Donato di Niccolò di Betto Bardi, detto Donatello (Firenze, 1386 – ivi, 1466), amico del Brunelleschi, come lui impegnato nel rinnovamento artistico e perciò partecipe delle stesse idee, è tuttavia personalità ben diversa. Per Brunelleschi il rapporto uomo-mondo è rapporto sereno in virtù della ragione esiste un dominio sulle cose, perché esse ubbidiscono a quelle stesse leggi matematiche, eterne e universali, mediante le quali funziona la ragione. Nessun urto, dunque, ma solo un equilibrio, reciproco, accordo «naturale».

Per Donatello, al contrario, il rapporto uomo-mondo è rapporto drammatico. Non esiste una verità certa e immutabile, frutto del calcolo matematico; la verità è ricerca, è conquista giornaliera. La verità è lotta: l’ambiente nel quale viviamo non è agevole, deve essere faticosamente, duramente dominato.

Il Vasari narra che Donatello aveva scolpito in legno un crocifisso e lo aveva mostrato a Brunelleschi per averne un parere; ma, contrariamente a quanto lo scultore si sarebbe aspettato, l’amico lo criticò, affermando che quello era «un contadino e non un corpo simile a Gesù Cristo, il quale fu delicatissimo ed in tutte le parti il più perfetto uomo che nascesse giammai». Brunneleschi rispose con un altro crocifisso, ugualmente in legno senza parlarne con nessuno, davanti a tanta meraviglia Donatello rispose: «a te è conceduto fare Cristi a me contadini».

Molti dubitano della veridicità dell’aneddoto assai noto, ma certo è che il Crocifisso fiorentino di Donatello (custodito in Santa Croce) è esposto ora a fianco ad altri due crocifissi nel Museo Diocesano di Padova nella mostra “Donatello svelato. Capolavori a confronto”, fino al 21 luglio 2015 (Catalogo Marsilio), curata da Andrea Nante ed Elisabetta Fracescutti.

Il termine “svelato” utilizzato nel titolo non è affatto casuale. Al centro dell’esposizione si trova infatti un Donatelo che va ad aggiungersi al catalogo delle opere certe del maestro fiorentino, il Crocifisso dell’antica chiesa padovana di Santa Maria dei Servi. Svelato nell’attribuzione ma anche nella sostanza perché, sino al restauro voluto dal direttore regionale dei beni culturali del veneto e condotto dalla Soprintendenza per i beni artistici per le province del veneto, con la collaborazione della Soprintendenza per i beni storici artistici del Friuli Venezia Giulia nel laboratorio di Udine di quest’ultima, la scultura lignea si presentava con le parvenze di un bronzo, per effetto di uno spesso strato di ridipinture. Affidato alle sapienti cure dei restauratori, il grande Crocifisso è emerso in tutta la straordinaria finezza dell’intaglio e nella originale cromia.

La mostra, ospitata nello scenografico Salone dei Vescovi, offre l’occasione storica, appunto, di ammirare per la prima volta tre grandi Crocifissi che Donatelo produsse nel corso della sua vita: quello realizzato per la chiesa di Santa Croce a Firenze (1406-08), quello dei Servi e quello bronzeo della Basilica di Sant’Antonio a Padova (1443 – 1449).

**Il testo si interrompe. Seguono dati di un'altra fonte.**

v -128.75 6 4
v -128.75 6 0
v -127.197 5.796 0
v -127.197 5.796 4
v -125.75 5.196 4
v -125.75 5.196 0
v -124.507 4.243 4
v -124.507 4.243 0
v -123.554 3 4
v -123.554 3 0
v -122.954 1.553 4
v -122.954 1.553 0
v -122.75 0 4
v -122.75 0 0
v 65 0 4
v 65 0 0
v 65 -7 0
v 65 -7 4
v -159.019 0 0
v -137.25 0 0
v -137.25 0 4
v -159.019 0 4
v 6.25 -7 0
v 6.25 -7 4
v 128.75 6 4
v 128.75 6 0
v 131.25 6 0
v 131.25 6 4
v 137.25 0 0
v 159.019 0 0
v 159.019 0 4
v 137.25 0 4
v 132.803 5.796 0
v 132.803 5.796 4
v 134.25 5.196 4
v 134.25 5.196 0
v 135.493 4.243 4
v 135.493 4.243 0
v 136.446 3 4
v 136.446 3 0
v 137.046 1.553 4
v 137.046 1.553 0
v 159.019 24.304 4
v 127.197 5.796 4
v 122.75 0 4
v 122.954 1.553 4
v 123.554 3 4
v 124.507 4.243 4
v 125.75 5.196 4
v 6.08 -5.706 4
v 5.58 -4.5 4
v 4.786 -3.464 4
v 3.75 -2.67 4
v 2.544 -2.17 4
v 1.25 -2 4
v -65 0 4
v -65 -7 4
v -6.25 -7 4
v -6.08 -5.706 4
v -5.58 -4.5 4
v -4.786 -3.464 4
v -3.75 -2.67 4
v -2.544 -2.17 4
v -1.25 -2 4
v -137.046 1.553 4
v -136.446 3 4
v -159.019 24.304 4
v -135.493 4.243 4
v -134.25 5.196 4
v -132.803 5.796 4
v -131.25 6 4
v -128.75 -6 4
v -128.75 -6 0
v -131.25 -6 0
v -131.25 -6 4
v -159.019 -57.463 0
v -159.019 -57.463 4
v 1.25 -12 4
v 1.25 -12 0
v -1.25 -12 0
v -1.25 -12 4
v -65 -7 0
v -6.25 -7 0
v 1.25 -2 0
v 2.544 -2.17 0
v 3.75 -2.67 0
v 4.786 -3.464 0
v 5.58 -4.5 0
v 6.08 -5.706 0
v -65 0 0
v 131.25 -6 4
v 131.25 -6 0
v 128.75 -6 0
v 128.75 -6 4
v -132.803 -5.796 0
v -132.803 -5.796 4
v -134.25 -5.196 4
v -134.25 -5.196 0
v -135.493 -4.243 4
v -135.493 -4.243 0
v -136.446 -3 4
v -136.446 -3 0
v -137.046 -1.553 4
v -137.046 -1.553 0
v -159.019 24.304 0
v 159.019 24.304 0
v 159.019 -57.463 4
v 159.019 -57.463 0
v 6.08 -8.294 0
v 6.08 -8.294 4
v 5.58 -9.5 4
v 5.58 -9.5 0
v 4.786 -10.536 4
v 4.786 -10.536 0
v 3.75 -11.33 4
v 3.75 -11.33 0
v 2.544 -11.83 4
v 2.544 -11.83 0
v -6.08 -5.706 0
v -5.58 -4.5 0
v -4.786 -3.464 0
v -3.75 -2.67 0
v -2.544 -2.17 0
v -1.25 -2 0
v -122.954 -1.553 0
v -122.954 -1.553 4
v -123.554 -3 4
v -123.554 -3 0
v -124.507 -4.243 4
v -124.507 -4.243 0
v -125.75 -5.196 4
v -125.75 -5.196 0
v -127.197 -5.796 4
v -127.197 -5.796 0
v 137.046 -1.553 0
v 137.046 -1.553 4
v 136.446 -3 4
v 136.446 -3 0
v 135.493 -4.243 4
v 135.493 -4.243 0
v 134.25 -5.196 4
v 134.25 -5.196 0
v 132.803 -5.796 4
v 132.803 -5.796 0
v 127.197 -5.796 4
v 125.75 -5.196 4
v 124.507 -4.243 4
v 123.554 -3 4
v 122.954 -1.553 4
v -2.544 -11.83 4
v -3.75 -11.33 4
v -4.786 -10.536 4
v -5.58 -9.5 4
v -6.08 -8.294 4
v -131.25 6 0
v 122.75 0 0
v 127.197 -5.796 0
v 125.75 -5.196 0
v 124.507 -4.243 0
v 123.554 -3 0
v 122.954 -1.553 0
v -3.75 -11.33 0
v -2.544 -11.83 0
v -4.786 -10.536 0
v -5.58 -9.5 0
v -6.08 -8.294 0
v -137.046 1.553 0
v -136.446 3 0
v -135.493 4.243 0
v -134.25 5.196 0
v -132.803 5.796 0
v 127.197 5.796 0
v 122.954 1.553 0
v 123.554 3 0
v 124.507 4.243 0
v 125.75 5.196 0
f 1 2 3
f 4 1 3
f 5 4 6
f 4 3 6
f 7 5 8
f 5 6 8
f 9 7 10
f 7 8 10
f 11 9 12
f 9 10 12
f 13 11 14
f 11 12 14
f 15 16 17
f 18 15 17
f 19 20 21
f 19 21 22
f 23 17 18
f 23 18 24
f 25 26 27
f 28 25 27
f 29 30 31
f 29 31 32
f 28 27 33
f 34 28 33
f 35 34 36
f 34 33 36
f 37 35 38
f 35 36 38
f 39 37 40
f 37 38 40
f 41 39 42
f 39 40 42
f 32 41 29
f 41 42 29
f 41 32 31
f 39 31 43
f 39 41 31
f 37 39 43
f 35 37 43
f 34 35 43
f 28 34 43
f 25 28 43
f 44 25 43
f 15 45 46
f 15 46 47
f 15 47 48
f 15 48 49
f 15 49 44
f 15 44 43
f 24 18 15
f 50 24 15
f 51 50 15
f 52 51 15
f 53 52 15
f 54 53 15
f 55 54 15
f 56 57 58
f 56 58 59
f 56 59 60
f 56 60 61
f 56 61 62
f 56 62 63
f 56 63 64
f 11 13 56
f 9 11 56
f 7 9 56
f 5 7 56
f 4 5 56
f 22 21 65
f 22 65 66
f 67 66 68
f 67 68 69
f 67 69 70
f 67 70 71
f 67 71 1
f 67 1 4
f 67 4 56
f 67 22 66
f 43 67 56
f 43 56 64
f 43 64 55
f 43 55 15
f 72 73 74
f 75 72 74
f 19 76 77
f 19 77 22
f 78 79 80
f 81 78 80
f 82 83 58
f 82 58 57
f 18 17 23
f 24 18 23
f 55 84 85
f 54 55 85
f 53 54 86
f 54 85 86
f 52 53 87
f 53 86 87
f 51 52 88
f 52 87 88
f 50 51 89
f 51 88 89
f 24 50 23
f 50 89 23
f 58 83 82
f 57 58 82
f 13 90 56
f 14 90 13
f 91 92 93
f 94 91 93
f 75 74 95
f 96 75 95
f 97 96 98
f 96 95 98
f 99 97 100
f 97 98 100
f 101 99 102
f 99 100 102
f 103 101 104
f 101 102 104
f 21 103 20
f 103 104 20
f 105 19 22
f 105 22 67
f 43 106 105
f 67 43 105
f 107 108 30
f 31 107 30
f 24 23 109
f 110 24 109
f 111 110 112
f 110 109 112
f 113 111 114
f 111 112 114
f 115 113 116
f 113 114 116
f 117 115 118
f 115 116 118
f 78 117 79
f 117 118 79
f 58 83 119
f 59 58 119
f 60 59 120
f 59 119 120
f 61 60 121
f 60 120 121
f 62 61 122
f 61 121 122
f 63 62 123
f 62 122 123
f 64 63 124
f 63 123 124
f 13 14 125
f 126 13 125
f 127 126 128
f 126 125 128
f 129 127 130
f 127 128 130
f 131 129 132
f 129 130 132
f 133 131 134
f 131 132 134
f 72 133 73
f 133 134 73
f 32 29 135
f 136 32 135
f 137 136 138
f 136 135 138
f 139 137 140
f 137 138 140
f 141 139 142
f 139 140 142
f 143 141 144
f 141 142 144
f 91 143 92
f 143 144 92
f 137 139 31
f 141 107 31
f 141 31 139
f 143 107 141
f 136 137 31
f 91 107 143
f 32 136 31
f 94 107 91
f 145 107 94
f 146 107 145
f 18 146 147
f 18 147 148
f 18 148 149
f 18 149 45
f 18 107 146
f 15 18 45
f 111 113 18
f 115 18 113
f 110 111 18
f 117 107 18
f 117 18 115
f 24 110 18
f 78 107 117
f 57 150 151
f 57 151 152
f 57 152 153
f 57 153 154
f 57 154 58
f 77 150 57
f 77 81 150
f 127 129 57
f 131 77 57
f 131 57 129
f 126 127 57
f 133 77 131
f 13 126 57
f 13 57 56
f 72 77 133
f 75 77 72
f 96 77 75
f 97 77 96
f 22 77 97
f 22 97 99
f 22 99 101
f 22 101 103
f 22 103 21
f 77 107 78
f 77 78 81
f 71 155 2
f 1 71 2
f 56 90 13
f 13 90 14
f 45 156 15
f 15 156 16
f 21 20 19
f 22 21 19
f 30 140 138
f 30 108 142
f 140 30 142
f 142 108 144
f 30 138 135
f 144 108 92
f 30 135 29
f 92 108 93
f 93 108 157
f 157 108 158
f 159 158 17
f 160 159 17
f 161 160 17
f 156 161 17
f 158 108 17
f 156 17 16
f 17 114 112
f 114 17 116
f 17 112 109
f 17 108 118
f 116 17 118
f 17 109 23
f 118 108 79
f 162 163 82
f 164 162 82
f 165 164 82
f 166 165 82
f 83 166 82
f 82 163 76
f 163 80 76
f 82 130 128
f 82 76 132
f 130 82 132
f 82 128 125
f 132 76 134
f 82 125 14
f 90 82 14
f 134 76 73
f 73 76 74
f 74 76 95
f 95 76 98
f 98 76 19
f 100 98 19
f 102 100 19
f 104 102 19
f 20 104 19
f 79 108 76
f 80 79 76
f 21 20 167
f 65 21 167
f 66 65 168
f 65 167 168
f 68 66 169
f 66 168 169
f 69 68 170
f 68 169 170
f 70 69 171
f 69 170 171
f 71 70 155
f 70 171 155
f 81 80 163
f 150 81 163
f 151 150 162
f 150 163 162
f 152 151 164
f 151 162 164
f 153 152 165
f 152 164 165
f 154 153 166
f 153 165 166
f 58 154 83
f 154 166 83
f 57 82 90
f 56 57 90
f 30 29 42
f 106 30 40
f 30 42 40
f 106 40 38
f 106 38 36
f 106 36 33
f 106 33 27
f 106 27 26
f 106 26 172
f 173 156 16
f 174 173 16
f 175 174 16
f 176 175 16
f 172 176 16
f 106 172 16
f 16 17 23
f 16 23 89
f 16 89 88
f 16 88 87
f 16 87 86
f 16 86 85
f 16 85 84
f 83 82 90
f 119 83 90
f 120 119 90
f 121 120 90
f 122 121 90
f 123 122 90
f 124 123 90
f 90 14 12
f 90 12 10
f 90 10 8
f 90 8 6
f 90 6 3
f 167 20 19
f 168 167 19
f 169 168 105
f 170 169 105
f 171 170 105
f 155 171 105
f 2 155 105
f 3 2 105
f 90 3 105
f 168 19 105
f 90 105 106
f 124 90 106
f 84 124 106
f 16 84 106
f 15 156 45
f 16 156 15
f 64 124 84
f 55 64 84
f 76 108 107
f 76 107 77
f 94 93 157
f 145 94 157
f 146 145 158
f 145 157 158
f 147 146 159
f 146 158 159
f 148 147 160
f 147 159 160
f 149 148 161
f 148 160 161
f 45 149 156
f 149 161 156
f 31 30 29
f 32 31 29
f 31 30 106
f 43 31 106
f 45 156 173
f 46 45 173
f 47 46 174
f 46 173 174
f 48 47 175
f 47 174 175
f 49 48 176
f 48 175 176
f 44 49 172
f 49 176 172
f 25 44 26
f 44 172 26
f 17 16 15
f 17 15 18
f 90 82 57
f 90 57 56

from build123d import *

# Parameters (mm, degrees)
SKETCH1_W                = 81.76788233
SKETCH1_H                = 318.0385329
BOSS_EXTRUDE1_DEPTH      = 4
SPLIT1_SURFACE_1_1_BACK  = 329.406
SPLIT1_SURFACE_1_1_DEPTH = 658.812
SPLIT1_SURFACE_1_2_BACK  = 329.406
SPLIT1_SURFACE_1_2_DEPTH = 658.812


with BuildPart() as part:
    # Sketch1 → Boss-Extrude1 (new body)
    with BuildSketch(Plane(origin=(0, 0, 0), x_dir=(0, 1, 0), z_dir=(0, 0, 1))):
        with Locations((-16.57951628, 0)):
            Rectangle(SKETCH1_W, SKETCH1_H)
        with BuildLine():
            Line((-6, 128.75), (-6, 131.25))
            ThreePointArc((-6, 131.25), (0, 137.25), (6, 131.25))
            Line((6, 131.25), (6, 128.75))
            ThreePointArc((6, 128.75), (0, 122.75), (-6, 128.75))
        make_face(mode=Mode.SUBTRACT)
        with BuildLine():
            Line((-6, -131.25), (-6, -128.75))
            ThreePointArc((-6, -128.75), (0, -122.75), (6, -128.75))
            Line((6, -128.75), (6, -131.25))
            ThreePointArc((6, -131.25), (0, -137.25), (-6, -131.25))
        make_face(mode=Mode.SUBTRACT)
        with BuildLine():
            Line((-2, 1.25), (-2, -1.25))
            ThreePointArc((-2, -1.25), (-7, -6.25), (-12, -1.25))
            Line((-12, -1.25), (-12, 1.25))
            ThreePointArc((-12, 1.25), (-7, 6.25), (-2, 1.25))
        make_face(mode=Mode.SUBTRACT)
    extrude(amount=BOSS_EXTRUDE1_DEPTH)


with BuildPart() as body_2:
    # Split1: the piece behind the surface
    add(part.part)
    # Split1 surface 1: a surface, the sketch's curves swept straight by 658.812 mm
    with BuildLine(Plane.XY.offset(4).offset(-SPLIT1_SURFACE_1_1_BACK), mode=Mode.PRIVATE) as split1_surface_1_1_path:
        Line((159.01926645, 0), (65, 0))
        Line((65, 0), (65, -7))
        Line((65, -7), (-65, -7))
        Line((-65, -7), (-65, 0))
        Line((-65, 0), (-159.01926645, 0))
    split1_surface_1_1 = Shell.extrude(split1_surface_1_1_path.wire(), (0 * SPLIT1_SURFACE_1_1_DEPTH, 0 * SPLIT1_SURFACE_1_1_DEPTH, 1 * SPLIT1_SURFACE_1_1_DEPTH))
    split(bisect_by=split1_surface_1_1, keep=Keep.BOTTOM)


with BuildPart() as part_1:
    add(part.part)

    # Split1: split by a surface, the side it looks to stays
    # Split1 surface 1: a surface, the sketch's curves swept straight by 658.812 mm
    with BuildLine(Plane.XY.offset(4).offset(-SPLIT1_SURFACE_1_2_BACK), mode=Mode.PRIVATE) as split1_surface_1_2_path:
        Line((159.01926645, 0), (65, 0))
        Line((65, 0), (65, -7))
        Line((65, -7), (-65, -7))
        Line((-65, -7), (-65, 0))
        Line((-65, 0), (-159.01926645, 0))
    split1_surface_1_2 = Shell.extrude(split1_surface_1_2_path.wire(), (0 * SPLIT1_SURFACE_1_2_DEPTH, 0 * SPLIT1_SURFACE_1_2_DEPTH, 1 * SPLIT1_SURFACE_1_2_DEPTH))
    split(bisect_by=split1_surface_1_2, keep=Keep.TOP)


solid = Compound([body_2.part, part_1.part])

Il Crocifisso ligneo di Santa Maria dei Servi in Padova è stato attribuito a Donatello alcuni anni fa da Francesco Cagliati, dell’Università di Napoli, che sulla scorta delle ricerche di Marco Ruffini ha restituito alla scultura la corretta paternità, attestata dalle fonti più antiche ma ben presto dimenticata.

L’oblio del nome di Donatello si spiega con la particolare devozione di cui l’opera ha goduto, e tutt’ora gode, specialmente in seguito ai fatti miracolosi del 1512, quando l’immagine in più occasioni sudò sangue dal volto e dal costato.

Con il passare dei secoli la memoria popolare trasferì la paternità donatelliana alla scultura gotica della Vergine conservata sempre nella chiesa, ma la speciale cura dei fedeli per il Crocifisso ne assicurò la conservazione, preservandolo dalla distruzione o dalla dispersione, sorte molto comune per questo tipo di immagini scolpite.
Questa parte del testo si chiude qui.